> _PROBLEM TO WORK ON_
Copy out the first line of the listing and every line after it, exactly, until you have copied the line containing "v8 (-7.5,-9.5,3)".

> _AVAILABLE RECORDS_
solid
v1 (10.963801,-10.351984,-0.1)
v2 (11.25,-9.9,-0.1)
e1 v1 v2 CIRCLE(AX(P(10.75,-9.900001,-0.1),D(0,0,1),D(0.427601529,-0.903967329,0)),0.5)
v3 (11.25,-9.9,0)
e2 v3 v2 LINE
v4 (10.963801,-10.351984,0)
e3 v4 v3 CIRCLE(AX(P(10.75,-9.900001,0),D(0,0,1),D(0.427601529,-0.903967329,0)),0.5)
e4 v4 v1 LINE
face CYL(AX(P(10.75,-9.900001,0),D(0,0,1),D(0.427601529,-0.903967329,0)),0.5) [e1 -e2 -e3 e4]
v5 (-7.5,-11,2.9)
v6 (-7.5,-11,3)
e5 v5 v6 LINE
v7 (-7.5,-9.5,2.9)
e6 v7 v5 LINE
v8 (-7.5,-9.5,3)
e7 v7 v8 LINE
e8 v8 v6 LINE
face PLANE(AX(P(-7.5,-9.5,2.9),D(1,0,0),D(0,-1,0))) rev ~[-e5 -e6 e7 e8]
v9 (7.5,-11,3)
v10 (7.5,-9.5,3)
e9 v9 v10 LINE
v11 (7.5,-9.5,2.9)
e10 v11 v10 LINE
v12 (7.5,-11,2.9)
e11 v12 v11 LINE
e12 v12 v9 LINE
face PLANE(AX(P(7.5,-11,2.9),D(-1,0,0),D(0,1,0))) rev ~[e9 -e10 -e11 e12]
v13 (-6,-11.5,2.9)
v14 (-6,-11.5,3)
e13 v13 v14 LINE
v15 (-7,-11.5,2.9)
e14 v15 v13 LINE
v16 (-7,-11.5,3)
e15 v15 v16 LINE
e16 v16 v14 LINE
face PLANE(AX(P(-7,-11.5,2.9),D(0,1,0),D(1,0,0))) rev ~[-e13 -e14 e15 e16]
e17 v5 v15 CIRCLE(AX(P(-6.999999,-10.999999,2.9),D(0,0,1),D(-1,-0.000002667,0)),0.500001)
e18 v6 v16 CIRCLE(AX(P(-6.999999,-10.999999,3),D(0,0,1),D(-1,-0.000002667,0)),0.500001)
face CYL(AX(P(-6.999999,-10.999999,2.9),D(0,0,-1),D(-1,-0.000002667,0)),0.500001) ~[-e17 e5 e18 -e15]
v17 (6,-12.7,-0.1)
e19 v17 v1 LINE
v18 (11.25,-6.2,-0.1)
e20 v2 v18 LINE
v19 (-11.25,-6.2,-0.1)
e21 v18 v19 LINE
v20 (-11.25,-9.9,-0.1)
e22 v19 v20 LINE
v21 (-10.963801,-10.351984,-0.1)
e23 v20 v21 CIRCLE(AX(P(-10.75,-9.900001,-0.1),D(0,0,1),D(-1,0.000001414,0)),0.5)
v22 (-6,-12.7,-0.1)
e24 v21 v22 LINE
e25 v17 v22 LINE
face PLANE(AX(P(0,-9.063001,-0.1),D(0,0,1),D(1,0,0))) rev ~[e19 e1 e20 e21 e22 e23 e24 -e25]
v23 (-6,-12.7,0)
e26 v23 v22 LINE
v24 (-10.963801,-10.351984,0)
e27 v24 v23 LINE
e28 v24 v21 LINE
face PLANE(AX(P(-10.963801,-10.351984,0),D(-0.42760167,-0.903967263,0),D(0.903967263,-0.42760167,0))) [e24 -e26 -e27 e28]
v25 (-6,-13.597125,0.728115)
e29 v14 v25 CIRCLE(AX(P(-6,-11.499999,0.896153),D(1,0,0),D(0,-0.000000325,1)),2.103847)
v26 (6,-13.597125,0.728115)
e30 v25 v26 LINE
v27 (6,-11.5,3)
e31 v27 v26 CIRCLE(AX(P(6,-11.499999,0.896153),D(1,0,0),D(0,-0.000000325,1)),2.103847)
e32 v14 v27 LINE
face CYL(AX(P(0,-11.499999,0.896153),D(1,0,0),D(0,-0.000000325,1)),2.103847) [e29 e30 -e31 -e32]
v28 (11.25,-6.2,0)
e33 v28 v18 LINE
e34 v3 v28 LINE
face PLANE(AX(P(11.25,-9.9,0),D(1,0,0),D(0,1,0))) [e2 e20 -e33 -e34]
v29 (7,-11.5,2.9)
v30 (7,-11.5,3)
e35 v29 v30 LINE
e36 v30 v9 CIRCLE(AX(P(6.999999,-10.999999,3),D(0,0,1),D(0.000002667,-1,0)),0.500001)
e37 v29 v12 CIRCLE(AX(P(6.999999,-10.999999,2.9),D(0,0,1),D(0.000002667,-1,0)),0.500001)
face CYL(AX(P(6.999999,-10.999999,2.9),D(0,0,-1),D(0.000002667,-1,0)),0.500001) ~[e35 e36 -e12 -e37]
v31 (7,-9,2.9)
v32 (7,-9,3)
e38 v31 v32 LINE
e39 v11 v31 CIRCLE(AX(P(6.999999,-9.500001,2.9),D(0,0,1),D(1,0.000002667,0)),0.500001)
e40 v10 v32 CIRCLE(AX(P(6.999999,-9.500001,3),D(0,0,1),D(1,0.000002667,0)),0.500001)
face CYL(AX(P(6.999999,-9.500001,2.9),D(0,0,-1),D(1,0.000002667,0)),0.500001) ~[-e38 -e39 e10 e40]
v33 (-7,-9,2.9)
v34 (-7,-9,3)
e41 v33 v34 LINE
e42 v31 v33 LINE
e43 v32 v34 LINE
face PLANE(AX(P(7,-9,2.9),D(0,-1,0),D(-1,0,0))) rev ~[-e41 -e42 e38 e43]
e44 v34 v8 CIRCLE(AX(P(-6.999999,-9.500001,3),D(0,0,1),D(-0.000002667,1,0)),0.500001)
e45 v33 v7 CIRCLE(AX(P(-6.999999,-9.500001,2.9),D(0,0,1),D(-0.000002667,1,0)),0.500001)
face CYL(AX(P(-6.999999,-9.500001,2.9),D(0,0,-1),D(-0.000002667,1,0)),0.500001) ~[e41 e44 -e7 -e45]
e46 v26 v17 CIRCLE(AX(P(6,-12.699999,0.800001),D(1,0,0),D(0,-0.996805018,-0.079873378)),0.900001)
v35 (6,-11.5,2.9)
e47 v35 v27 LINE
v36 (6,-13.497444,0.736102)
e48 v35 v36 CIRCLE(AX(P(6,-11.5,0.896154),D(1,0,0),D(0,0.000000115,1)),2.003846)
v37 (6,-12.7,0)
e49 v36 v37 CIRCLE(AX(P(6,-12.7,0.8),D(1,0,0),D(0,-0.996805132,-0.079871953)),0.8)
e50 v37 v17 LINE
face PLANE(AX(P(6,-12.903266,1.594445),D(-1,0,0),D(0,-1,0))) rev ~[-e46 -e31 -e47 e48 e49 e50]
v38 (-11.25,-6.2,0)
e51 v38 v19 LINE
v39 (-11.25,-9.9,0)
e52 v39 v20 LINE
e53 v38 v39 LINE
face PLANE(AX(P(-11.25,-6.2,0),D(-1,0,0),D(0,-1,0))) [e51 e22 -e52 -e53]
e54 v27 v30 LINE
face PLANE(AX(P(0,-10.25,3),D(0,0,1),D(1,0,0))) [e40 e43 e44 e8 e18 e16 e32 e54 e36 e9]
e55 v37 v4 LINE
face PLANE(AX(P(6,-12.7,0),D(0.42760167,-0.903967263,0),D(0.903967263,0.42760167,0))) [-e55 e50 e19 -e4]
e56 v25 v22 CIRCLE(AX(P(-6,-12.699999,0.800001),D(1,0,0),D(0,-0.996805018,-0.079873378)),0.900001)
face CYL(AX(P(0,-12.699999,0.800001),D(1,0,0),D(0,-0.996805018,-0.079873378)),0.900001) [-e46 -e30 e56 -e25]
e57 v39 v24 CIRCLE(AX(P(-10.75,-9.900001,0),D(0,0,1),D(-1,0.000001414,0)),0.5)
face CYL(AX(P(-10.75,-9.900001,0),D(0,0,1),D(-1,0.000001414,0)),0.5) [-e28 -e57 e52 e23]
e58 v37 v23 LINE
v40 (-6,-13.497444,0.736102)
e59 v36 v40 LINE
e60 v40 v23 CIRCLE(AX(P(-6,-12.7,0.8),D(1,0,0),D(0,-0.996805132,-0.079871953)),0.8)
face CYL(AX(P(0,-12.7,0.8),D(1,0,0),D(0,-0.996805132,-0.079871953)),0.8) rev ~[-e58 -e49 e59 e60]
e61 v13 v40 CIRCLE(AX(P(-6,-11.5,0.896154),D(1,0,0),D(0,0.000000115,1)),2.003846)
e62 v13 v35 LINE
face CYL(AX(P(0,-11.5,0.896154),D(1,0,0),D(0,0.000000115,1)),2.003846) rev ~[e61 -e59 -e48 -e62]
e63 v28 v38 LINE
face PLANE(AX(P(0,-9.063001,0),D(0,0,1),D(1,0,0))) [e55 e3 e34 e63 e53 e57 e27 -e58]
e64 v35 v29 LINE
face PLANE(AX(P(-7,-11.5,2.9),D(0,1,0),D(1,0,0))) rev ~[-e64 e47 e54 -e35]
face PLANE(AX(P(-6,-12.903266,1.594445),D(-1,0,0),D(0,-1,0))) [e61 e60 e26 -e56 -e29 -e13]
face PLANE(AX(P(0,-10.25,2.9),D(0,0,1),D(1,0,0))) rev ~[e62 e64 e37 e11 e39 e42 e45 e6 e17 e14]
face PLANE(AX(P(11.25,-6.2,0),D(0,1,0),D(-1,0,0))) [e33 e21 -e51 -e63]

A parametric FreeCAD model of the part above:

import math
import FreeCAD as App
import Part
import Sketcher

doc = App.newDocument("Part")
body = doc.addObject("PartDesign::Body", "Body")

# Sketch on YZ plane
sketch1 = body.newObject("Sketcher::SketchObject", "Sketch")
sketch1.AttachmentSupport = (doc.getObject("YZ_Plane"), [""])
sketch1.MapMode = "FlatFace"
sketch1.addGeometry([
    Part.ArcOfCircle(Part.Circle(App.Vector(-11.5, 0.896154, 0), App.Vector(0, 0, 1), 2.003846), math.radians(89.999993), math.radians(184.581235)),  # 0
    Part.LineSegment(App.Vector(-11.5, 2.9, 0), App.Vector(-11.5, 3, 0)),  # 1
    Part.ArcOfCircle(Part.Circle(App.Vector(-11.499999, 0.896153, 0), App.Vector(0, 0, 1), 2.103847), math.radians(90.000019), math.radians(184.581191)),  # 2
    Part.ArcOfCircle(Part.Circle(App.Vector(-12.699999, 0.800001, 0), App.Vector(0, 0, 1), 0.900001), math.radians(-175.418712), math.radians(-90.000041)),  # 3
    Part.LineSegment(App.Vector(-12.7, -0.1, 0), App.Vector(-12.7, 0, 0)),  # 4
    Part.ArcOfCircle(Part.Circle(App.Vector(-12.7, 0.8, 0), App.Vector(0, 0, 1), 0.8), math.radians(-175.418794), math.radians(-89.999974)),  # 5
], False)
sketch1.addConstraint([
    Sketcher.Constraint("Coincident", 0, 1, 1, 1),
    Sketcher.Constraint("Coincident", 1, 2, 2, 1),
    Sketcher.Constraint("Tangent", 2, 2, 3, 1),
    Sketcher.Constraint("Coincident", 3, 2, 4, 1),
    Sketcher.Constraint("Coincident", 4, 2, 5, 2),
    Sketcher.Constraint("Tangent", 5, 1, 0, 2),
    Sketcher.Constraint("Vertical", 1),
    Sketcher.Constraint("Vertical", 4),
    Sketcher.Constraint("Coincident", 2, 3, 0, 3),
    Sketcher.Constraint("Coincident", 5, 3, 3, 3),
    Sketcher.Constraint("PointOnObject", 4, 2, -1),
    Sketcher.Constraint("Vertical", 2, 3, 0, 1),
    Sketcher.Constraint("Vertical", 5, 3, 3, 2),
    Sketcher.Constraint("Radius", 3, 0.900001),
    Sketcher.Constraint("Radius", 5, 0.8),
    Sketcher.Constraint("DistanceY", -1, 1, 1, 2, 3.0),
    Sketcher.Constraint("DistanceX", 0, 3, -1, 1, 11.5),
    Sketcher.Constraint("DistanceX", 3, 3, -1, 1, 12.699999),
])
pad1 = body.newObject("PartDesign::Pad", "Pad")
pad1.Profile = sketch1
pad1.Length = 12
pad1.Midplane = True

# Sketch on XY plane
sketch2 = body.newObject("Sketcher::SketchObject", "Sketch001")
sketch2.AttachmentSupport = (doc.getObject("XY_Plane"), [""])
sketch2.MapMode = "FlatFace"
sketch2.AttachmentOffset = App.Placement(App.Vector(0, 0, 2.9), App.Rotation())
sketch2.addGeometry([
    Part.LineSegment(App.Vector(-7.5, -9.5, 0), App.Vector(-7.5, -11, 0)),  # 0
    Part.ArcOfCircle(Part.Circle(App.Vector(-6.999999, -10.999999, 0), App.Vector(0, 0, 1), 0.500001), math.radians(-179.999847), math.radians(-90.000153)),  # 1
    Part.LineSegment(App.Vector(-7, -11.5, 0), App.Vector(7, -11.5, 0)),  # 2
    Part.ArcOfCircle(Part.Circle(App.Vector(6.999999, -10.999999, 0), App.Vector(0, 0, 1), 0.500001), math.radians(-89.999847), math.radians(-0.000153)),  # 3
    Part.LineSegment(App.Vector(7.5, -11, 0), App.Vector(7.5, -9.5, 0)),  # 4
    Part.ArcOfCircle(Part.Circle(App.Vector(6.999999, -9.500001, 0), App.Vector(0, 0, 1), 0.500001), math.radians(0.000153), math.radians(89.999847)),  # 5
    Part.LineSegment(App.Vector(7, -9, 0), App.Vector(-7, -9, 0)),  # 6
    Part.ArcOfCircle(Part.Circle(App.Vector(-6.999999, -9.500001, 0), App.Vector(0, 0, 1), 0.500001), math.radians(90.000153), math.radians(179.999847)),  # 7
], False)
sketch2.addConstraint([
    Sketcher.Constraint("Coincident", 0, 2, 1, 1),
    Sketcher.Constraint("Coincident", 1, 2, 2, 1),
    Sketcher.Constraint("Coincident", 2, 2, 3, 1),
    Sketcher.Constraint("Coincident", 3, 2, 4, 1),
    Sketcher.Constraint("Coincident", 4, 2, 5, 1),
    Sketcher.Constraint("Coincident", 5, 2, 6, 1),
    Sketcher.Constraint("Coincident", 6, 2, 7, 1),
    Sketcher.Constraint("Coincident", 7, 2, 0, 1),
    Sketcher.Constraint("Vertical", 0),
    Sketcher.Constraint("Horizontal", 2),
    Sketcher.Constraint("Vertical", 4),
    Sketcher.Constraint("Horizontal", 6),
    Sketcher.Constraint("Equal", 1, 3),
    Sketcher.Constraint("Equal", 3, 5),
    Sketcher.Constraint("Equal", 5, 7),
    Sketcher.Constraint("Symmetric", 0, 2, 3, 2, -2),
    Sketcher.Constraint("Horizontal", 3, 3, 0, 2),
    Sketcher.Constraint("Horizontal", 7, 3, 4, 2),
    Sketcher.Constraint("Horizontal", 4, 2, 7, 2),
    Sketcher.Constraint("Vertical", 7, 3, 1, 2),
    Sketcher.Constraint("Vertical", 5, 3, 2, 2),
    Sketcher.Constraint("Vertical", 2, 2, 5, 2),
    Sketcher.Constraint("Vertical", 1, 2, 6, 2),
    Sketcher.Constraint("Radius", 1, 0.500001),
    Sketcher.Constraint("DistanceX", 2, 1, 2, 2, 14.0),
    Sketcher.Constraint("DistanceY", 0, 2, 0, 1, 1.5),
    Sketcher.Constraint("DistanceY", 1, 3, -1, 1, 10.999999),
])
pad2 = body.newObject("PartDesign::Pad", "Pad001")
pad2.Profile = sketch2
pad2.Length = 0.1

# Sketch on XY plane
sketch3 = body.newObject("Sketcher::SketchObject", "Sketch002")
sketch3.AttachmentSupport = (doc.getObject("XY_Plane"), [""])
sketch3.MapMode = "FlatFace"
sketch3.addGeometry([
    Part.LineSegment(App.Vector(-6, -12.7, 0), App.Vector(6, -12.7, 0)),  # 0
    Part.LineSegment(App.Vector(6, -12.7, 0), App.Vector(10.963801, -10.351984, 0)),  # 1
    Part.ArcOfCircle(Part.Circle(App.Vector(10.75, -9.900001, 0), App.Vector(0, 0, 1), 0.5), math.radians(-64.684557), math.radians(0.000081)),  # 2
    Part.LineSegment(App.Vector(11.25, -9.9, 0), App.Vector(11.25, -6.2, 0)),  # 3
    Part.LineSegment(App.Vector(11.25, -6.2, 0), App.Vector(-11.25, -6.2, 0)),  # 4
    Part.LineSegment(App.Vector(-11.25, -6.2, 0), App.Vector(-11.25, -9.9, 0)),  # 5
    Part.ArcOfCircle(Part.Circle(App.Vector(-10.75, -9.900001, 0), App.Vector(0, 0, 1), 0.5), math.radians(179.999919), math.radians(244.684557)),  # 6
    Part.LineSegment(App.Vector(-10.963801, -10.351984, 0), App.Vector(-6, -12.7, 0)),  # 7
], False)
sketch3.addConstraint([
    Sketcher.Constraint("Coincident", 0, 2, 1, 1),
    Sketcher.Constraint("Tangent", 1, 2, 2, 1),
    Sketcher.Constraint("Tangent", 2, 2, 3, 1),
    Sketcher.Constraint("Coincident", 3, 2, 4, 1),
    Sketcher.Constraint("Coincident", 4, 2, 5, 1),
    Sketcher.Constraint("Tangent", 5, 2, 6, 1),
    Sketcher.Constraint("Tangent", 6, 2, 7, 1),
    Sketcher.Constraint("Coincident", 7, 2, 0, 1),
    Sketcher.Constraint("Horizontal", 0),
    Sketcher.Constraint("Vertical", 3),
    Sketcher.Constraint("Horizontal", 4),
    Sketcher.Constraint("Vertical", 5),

> _COMPLETED EXERCISE_
solid
v1 (10.963801,-10.351984,-0.1)
v2 (11.25,-9.9,-0.1)
e1 v1 v2 CIRCLE(AX(P(10.75,-9.900001,-0.1),D(0,0,1),D(0.427601529,-0.903967329,0)),0.5)
v3 (11.25,-9.9,0)
e2 v3 v2 LINE
v4 (10.963801,-10.351984,0)
e3 v4 v3 CIRCLE(AX(P(10.75,-9.900001,0),D(0,0,1),D(0.427601529,-0.903967329,0)),0.5)
e4 v4 v1 LINE
face CYL(AX(P(10.75,-9.900001,0),D(0,0,1),D(0.427601529,-0.903967329,0)),0.5) [e1 -e2 -e3 e4]
v5 (-7.5,-11,2.9)
v6 (-7.5,-11,3)
e5 v5 v6 LINE
v7 (-7.5,-9.5,2.9)
e6 v7 v5 LINE
v8 (-7.5,-9.5,3)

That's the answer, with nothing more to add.